Editor’s Note: Warning: This story contains graphic imagery.

At a field hospital close to the eastern Ukrainian city of Bakhmut under siege, a buzzer sounds. Patients start to come in.

Orderlies and doctors jump to their feet. The doors – closed to keep out a bitter chill – are pinned back. Seconds later, a trolley rushes in. 

Stretched out, a muddied soldier lays — one leg of his trouser pants obliterated.

He’s whisked inside a triage room to be stabilized. A scream of pain comes from behind the closed door. 

In the hallway, what’s left of his trousers are picked apart by staff for documents and evidence of what happened.  

A finger-sized piece of shrapnel is dug out.

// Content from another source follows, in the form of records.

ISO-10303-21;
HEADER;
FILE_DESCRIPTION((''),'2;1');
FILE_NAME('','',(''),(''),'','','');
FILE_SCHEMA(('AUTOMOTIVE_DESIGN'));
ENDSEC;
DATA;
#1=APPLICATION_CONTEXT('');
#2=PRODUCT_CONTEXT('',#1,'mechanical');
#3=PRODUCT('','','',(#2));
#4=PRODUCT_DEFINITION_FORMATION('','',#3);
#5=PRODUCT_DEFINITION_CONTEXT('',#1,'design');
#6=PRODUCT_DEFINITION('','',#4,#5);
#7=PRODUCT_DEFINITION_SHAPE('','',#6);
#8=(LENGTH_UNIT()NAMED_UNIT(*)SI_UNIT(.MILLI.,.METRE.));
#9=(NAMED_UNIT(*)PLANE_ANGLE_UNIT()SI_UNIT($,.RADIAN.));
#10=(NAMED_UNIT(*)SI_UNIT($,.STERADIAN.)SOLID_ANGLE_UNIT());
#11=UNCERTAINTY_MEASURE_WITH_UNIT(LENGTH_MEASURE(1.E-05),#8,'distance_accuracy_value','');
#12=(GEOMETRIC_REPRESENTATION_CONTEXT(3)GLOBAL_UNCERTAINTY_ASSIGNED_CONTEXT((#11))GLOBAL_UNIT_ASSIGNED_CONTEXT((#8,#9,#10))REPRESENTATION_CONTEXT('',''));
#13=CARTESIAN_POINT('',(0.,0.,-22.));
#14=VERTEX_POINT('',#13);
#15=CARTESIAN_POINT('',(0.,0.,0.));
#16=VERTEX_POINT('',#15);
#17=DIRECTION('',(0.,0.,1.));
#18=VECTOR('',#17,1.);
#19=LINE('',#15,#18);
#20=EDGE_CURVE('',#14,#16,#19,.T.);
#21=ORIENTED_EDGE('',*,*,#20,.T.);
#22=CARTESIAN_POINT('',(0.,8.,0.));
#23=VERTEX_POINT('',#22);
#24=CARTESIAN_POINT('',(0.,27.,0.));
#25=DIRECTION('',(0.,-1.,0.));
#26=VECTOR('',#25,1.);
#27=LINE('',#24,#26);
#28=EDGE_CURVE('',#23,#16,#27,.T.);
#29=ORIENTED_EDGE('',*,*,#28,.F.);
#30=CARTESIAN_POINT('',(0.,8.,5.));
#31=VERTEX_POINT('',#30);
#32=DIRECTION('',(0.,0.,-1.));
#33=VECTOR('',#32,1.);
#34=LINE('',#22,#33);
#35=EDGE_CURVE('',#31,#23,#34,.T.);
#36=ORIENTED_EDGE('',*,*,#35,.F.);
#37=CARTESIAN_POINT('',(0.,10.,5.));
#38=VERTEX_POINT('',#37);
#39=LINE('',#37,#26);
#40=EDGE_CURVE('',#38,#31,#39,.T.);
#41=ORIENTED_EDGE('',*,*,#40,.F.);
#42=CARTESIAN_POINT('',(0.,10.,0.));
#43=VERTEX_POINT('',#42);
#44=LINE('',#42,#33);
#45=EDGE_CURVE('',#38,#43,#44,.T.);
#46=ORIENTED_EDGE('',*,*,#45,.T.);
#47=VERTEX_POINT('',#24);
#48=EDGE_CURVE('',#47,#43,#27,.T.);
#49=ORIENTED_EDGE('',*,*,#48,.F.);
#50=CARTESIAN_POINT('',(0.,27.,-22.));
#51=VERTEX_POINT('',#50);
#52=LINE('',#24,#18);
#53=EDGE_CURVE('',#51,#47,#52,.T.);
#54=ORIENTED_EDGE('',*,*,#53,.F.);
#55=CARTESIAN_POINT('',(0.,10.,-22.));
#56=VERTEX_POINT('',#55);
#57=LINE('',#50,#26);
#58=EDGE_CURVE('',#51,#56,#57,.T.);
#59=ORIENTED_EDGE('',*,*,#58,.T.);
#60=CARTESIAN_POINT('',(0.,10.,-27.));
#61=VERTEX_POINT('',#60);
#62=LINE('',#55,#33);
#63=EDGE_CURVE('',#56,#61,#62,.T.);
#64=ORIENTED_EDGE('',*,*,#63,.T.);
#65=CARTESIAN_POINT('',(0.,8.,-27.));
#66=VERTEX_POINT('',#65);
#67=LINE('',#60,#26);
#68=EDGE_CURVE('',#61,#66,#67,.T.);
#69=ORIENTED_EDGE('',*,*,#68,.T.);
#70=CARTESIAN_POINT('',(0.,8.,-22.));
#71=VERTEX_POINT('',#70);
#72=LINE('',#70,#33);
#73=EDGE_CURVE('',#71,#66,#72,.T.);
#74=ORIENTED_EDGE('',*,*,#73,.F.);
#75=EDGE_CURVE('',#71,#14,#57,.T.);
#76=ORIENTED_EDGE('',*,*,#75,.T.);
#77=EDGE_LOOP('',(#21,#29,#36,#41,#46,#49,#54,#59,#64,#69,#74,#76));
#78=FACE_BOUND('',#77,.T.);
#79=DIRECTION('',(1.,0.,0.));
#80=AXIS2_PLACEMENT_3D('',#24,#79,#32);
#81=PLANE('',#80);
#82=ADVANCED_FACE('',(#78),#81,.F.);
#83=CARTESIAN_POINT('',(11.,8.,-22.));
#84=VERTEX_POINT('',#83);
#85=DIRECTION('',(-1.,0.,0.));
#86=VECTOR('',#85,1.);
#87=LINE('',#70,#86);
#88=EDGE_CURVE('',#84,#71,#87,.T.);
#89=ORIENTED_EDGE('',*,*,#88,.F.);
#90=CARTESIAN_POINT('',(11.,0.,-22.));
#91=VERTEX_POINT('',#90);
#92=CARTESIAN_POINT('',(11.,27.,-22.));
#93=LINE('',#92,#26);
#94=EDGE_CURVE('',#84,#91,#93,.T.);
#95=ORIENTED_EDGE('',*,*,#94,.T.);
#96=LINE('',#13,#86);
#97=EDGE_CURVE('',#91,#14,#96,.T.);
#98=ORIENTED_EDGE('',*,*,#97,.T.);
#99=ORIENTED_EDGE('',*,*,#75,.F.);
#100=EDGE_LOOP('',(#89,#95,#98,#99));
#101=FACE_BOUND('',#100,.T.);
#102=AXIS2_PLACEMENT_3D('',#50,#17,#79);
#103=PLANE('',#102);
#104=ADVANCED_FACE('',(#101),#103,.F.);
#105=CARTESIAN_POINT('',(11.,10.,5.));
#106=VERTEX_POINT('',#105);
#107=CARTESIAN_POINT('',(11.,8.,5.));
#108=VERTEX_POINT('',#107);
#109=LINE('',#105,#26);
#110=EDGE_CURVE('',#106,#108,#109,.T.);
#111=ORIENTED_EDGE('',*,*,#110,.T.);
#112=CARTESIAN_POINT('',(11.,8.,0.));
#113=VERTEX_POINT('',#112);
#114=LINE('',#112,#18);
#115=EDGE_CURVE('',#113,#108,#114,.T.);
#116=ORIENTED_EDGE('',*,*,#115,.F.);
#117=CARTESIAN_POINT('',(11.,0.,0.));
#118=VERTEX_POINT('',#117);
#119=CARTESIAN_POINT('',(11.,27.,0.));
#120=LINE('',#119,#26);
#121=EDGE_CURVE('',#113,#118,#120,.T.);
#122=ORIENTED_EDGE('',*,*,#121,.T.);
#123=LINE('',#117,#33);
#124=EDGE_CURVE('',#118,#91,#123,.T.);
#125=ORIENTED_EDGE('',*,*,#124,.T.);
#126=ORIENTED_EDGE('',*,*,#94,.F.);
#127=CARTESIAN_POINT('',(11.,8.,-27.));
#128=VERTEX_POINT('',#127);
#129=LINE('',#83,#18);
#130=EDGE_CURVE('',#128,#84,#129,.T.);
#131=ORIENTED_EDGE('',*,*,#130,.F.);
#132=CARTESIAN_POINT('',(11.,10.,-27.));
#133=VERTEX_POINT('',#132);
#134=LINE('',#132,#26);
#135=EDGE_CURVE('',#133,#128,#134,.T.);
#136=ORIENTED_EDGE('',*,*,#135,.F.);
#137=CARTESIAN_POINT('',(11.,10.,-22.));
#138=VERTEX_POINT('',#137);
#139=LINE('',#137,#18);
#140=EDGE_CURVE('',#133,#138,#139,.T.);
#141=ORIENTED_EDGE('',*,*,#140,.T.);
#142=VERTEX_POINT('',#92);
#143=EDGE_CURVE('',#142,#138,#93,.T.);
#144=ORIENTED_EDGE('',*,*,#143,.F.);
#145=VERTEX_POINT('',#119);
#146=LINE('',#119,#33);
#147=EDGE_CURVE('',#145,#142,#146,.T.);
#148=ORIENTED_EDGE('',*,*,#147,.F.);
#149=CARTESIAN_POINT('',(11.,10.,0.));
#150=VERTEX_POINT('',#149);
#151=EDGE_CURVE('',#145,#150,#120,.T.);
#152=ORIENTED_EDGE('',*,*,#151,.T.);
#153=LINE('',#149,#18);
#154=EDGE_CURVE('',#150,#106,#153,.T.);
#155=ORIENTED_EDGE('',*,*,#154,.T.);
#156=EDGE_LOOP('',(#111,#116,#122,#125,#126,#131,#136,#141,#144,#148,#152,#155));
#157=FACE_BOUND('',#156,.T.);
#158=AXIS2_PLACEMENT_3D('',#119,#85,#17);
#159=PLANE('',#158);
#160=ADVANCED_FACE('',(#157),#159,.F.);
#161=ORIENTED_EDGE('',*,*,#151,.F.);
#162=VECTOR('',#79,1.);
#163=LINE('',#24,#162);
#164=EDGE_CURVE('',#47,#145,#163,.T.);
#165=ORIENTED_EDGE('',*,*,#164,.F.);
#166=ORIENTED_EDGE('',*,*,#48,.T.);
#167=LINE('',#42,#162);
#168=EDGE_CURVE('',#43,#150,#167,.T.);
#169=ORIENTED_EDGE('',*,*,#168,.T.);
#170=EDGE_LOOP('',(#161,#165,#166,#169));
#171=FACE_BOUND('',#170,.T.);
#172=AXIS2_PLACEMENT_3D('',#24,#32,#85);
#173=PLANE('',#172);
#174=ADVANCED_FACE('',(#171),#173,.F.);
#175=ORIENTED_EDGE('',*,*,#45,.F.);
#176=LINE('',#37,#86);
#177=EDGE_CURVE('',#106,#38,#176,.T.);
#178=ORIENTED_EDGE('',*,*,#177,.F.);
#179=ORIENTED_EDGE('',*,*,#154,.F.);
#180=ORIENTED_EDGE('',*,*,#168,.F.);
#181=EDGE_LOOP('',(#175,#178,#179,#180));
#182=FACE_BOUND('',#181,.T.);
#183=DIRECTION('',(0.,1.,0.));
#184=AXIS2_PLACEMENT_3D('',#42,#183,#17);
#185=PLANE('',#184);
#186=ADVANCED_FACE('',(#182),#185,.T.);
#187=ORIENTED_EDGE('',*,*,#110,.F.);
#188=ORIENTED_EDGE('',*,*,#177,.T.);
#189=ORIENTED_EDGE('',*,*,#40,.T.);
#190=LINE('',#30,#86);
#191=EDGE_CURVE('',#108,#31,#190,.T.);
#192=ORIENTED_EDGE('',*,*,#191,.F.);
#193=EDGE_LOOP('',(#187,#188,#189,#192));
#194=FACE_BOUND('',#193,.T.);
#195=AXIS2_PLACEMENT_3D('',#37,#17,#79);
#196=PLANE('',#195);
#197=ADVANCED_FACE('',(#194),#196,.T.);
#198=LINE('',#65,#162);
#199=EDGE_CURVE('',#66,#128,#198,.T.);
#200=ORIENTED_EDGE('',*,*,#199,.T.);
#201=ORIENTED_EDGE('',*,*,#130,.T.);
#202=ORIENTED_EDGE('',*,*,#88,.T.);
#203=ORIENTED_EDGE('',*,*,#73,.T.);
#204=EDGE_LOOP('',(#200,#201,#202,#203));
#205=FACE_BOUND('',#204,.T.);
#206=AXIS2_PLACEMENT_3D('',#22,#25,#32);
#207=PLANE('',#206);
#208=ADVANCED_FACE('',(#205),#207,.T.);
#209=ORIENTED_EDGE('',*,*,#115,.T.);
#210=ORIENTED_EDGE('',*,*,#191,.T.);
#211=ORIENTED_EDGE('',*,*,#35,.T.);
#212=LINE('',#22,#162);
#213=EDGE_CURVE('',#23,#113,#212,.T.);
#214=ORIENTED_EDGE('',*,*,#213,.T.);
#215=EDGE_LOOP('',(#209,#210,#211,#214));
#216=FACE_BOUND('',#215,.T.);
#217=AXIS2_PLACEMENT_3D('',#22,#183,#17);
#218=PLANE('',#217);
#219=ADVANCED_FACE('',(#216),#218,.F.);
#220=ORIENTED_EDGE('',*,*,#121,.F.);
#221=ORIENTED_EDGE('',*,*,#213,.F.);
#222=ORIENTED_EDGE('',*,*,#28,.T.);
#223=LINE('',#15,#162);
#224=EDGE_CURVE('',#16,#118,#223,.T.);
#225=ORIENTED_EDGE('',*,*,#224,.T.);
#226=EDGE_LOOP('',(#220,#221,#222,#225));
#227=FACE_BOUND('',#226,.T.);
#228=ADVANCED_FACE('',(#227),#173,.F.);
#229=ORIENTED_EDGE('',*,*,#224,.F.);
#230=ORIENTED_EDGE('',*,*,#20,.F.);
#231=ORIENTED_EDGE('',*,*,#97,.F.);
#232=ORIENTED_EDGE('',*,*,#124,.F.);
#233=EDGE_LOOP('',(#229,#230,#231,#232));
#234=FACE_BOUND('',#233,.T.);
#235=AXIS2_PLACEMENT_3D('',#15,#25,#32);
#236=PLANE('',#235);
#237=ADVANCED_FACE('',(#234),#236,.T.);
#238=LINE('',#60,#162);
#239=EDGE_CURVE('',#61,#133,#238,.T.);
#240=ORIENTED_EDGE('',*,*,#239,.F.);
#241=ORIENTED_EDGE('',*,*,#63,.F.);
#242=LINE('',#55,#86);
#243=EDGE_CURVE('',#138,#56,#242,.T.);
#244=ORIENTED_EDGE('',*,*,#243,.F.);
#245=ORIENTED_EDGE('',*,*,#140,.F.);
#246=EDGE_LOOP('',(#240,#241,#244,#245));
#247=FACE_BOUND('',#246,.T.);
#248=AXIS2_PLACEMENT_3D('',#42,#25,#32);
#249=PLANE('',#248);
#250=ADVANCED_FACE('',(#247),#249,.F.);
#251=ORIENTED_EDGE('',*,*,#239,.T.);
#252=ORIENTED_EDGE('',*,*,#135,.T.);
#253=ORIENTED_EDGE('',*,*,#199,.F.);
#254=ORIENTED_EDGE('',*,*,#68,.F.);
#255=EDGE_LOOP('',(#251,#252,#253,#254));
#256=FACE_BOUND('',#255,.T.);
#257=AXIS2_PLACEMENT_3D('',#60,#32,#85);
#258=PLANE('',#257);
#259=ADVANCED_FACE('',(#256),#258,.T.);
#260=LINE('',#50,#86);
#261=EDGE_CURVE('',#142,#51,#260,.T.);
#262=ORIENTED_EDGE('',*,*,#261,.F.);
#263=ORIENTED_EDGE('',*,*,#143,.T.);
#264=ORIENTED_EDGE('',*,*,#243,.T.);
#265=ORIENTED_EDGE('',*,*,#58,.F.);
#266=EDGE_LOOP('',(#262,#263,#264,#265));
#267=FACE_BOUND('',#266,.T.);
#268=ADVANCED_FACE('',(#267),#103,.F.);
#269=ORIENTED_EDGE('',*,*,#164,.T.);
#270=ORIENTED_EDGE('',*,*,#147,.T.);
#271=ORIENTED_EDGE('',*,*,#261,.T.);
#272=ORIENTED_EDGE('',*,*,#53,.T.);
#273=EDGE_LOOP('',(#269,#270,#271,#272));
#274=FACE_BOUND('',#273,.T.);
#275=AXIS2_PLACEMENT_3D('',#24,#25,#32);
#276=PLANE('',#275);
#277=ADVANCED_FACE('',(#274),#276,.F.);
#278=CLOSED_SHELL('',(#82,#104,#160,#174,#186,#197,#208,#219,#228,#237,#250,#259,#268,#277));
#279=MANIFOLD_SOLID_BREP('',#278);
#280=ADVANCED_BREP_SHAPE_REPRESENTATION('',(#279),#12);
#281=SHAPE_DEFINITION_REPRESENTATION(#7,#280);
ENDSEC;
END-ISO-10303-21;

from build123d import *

# Parameters (mm, degrees)
SKETCH1_W           = 11
SKETCH1_H           = 22
BOSS_EXTRUDE1_DEPTH = 27
BOSS_EXTRUDE2_START = -8
SKETCH2_W           = 11
SKETCH2_H           = 5
BOSS_EXTRUDE2_DEPTH = 2


with BuildPart() as part:
    # Sketch1 → Boss-Extrude1 (new body)
    with BuildSketch(Plane(origin=(0, 0, 0), x_dir=(1, 0, 0), z_dir=(0, 1, 0))):
        with Locations((5.5, 11)):
            Rectangle(SKETCH1_W, SKETCH1_H)
    extrude(amount=BOSS_EXTRUDE1_DEPTH)

    # Sketch2 → Boss-Extrude2 (add)
    with BuildSketch(Plane.XZ.offset(BOSS_EXTRUDE2_START)):
        with Locations((5.5, 2.5)):
            Rectangle(SKETCH2_W, SKETCH2_H)
        with Locations((5.5, -24.5)):
            Rectangle(SKETCH2_W, SKETCH2_H)
    extrude(amount=-BOSS_EXTRUDE2_DEPTH)


solid = part.part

The tourniquet used to stem blood loss is extracted from the heap. 

Once sorted, the mess of mangled cloth is placed in a black bin bag, along with the remnants of other war-wounded soldiers’ belongings.

Blood on the floor is quickly mopped up but the rusty stench remains. 

Later, this soldier is moved and carried out on another trolley to an awaiting ambulance.

“Cold, cold,” he says. “Where is my leg?” 

Outside, ashen-faced soldiers pile out of the back of an army truck. They move slowly, some with limps, through the doors of the cramped field hospital.

A quick triage is carried out, their injuries marked down on clipboards. They wait quietly to be seen and then moved on to better-equipped hospitals further back from the front. 

Their faces sullen and exhausted, the walking wounded come outside to smoke. Some have concussions, some have bruises, says a soldier named Vasyl. 

“I was concussed hard a couple of times. My shoulder was bruised because I was hit by a wall. And my ribs hurt, my chest,” he says before our conversation is cut short by the arrival of another ambulance. 

The patients, briefly here, are kept company and watched over by visiting priests. Those worse off, with limbs torn and blasted, are prayed for in the hallway.  

It’s a rinse and repeat system. Day and night, the casualties pour in — and the doctors do what they can. 

“We need weapons, and we need them now. Not next month, now,” one porter says, in a brief break from moving patients. 

Bloodied stretchers, discarded medical gloves and foil “space blankets” litter the ground outside. 

Here the war is all too real, the casualties unavoidable.